▸ Your assignment
Send back exactly the lines from the opening line of the records below through the one with "v 3.698 -12.15 0".

▸ Data records
——

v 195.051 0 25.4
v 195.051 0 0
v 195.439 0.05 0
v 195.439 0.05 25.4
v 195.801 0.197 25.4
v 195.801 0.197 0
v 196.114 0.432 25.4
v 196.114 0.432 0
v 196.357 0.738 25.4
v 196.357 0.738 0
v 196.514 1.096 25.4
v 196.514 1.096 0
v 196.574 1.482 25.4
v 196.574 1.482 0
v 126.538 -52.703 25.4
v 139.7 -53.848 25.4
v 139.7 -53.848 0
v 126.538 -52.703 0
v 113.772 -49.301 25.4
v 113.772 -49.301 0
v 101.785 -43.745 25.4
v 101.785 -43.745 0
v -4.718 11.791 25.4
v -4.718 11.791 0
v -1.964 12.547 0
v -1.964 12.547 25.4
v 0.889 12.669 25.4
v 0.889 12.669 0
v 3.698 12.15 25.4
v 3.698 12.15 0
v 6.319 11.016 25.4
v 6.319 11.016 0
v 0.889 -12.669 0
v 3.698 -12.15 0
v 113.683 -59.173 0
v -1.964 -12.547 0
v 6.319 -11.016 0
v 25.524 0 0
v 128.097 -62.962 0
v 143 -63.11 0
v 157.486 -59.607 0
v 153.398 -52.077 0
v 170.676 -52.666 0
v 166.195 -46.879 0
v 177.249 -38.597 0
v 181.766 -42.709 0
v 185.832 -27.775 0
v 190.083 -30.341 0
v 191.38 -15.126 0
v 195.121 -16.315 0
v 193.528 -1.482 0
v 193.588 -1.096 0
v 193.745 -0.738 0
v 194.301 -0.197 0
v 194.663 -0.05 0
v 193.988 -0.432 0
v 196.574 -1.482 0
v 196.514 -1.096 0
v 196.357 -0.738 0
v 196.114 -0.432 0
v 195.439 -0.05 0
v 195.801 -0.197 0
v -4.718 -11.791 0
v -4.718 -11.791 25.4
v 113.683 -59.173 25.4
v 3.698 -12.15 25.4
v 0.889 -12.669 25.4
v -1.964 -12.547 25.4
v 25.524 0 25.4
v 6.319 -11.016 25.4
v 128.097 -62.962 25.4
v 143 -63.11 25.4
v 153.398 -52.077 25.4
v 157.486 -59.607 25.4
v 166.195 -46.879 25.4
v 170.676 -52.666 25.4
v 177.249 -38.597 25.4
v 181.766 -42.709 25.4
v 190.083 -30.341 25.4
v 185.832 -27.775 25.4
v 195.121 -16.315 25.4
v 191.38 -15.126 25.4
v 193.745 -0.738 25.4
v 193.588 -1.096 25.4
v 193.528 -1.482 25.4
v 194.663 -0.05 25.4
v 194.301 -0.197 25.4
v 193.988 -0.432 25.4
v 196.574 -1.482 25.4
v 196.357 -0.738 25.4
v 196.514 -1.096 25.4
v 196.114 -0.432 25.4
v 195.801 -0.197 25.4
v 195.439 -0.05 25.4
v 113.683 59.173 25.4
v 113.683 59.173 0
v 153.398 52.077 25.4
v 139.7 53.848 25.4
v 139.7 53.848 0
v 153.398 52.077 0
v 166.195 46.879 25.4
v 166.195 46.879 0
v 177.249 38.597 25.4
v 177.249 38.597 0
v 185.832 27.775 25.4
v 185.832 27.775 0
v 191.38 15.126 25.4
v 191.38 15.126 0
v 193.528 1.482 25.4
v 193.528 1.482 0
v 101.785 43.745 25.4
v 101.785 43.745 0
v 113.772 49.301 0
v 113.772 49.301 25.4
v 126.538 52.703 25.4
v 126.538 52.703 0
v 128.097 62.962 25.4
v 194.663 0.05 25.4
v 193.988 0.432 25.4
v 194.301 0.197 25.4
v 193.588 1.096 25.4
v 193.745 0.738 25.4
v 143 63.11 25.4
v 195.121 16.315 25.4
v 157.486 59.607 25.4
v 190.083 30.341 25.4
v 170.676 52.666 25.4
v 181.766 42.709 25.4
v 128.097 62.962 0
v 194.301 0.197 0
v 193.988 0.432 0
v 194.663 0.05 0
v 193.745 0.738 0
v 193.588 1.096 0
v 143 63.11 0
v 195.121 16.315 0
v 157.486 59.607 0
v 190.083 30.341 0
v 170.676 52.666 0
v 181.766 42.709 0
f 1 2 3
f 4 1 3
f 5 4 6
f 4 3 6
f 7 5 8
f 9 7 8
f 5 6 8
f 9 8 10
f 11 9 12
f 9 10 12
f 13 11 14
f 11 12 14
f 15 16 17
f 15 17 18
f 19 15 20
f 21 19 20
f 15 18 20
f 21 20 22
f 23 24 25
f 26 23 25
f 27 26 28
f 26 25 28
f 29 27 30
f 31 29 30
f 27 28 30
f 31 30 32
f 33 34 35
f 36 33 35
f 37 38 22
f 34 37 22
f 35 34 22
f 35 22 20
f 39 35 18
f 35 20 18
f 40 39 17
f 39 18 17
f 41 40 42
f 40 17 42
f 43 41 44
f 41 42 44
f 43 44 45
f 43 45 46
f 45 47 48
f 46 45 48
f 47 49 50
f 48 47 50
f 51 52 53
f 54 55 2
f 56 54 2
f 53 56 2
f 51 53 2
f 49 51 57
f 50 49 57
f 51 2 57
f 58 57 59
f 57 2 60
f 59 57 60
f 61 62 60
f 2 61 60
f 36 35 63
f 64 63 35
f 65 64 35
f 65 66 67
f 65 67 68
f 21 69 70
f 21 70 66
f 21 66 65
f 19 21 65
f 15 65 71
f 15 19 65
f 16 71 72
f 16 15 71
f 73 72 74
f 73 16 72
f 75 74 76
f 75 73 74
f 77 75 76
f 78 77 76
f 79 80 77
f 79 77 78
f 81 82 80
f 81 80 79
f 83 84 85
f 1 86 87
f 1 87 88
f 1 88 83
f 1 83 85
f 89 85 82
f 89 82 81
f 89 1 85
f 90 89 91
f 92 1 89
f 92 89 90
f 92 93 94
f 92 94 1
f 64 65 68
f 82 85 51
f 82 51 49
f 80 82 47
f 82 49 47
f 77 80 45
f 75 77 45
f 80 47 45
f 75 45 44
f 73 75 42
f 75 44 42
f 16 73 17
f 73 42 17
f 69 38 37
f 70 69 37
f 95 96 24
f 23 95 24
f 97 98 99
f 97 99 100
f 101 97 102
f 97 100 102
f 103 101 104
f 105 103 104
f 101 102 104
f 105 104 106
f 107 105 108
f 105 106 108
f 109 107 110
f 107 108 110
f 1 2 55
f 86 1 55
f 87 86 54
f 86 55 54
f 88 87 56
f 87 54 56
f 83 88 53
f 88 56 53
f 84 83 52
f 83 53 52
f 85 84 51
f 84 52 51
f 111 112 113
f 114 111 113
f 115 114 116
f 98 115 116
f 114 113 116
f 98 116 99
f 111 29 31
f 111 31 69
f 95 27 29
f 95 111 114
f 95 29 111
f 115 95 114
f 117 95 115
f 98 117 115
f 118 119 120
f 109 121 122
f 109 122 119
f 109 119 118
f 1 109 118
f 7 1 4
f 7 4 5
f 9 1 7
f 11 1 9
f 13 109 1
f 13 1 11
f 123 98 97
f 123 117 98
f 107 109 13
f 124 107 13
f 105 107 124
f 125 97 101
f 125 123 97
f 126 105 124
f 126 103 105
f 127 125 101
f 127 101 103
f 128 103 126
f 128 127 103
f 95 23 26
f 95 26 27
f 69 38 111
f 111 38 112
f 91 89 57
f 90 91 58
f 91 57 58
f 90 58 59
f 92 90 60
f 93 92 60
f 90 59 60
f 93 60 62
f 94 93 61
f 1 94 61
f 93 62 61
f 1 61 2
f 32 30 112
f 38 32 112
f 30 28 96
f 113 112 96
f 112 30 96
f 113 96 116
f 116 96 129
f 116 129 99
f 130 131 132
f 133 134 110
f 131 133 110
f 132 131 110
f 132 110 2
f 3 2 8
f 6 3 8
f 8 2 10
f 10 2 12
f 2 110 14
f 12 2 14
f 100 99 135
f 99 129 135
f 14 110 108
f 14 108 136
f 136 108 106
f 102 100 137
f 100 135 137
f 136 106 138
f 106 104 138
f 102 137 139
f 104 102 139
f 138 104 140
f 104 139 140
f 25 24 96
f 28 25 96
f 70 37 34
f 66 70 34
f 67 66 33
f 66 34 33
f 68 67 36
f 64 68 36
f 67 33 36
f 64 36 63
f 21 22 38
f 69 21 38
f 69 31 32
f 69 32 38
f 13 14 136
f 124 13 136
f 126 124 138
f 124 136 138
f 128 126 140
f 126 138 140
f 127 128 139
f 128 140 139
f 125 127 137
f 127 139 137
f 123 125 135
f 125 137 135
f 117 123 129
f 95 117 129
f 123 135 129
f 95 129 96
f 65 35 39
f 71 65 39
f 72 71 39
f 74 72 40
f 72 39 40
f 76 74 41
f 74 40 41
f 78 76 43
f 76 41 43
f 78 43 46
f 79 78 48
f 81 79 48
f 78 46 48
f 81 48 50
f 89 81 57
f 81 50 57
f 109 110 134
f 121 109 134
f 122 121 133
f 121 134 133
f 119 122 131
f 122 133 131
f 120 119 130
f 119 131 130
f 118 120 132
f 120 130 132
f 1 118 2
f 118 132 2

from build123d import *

# Parameters (mm, degrees)
F1_DEPTH = 25.4


with BuildPart() as f1:
    # F0 (on Top) → F1 (new body)
    with BuildSketch(Plane.XY):
        with BuildLine():
            ThreePointArc((-4.718497, 11.790919), (0.889164, 12.668835), (6.31922, 11.016236))
            Line((6.31922, 11.016236), (25.523718, 0))
            Line((25.523718, 0), (101.784677, 43.745415))
            ThreePointArc((101.784677, 43.745415), (120.080915, 51.27905), (139.7, 53.848))
            ThreePointArc((139.7, 53.848), (177.248644, 38.596715), (193.527601, 1.482055))
            ThreePointArc((193.527601, 1.482055), (193.988326, 0.43164), (195.051024, 0))
            ThreePointArc((195.051024, 0), (196.113721, 0.43164), (196.574446, 1.482055))
            ThreePointArc((196.574446, 1.482055), (170.675567, 52.665815), (113.682684, 59.172777))
            Line((113.682684, 59.172777), (-4.718497, 11.790919))
        make_face()
        with BuildLine():
            Line((25.523718, 0), (6.31922, -11.016236))
            ThreePointArc((6.31922, -11.016236), (0.889164, -12.668835), (-4.718497, -11.790919))
            Line((-4.718497, -11.790919), (113.682684, -59.172777))
            ThreePointArc((113.682684, -59.172777), (170.675567, -52.665815), (196.574446, -1.482055))
            ThreePointArc((196.574446, -1.482055), (196.113721, -0.43164), (195.051024, 0))
            ThreePointArc((195.051024, 0), (193.988326, -0.43164), (193.527601, -1.482055))
            ThreePointArc((193.527601, -1.482055), (177.248644, -38.596715), (139.7, -53.848))
            ThreePointArc((139.7, -53.848), (120.080915, -51.27905), (101.784677, -43.745415))
            Line((101.784677, -43.745415), (25.523718, 0))
        make_face()
    extrude(amount=F1_DEPTH)


solid = f1.part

——

▸ Result of the exercise
v 195.051 0 25.4
v 195.051 0 0
v 195.439 0.05 0
v 195.439 0.05 25.4
v 195.801 0.197 25.4
v 195.801 0.197 0
v 196.114 0.432 25.4
v 196.114 0.432 0
v 196.357 0.738 25.4
v 196.357 0.738 0
v 196.514 1.096 25.4
v 196.514 1.096 0
v 196.574 1.482 25.4
v 196.574 1.482 0
v 126.538 -52.703 25.4
v 139.7 -53.848 25.4
v 139.7 -53.848 0
v 126.538 -52.703 0
v 113.772 -49.301 25.4
v 113.772 -49.301 0
v 101.785 -43.745 25.4
v 101.785 -43.745 0
v -4.718 11.791 25.4
v -4.718 11.791 0
v -1.964 12.547 0
v -1.964 12.547 25.4
v 0.889 12.669 25.4
v 0.889 12.669 0
v 3.698 12.15 25.4
v 3.698 12.15 0
v 6.319 11.016 25.4
v 6.319 11.016 0
v 0.889 -12.669 0
v 3.698 -12.15 0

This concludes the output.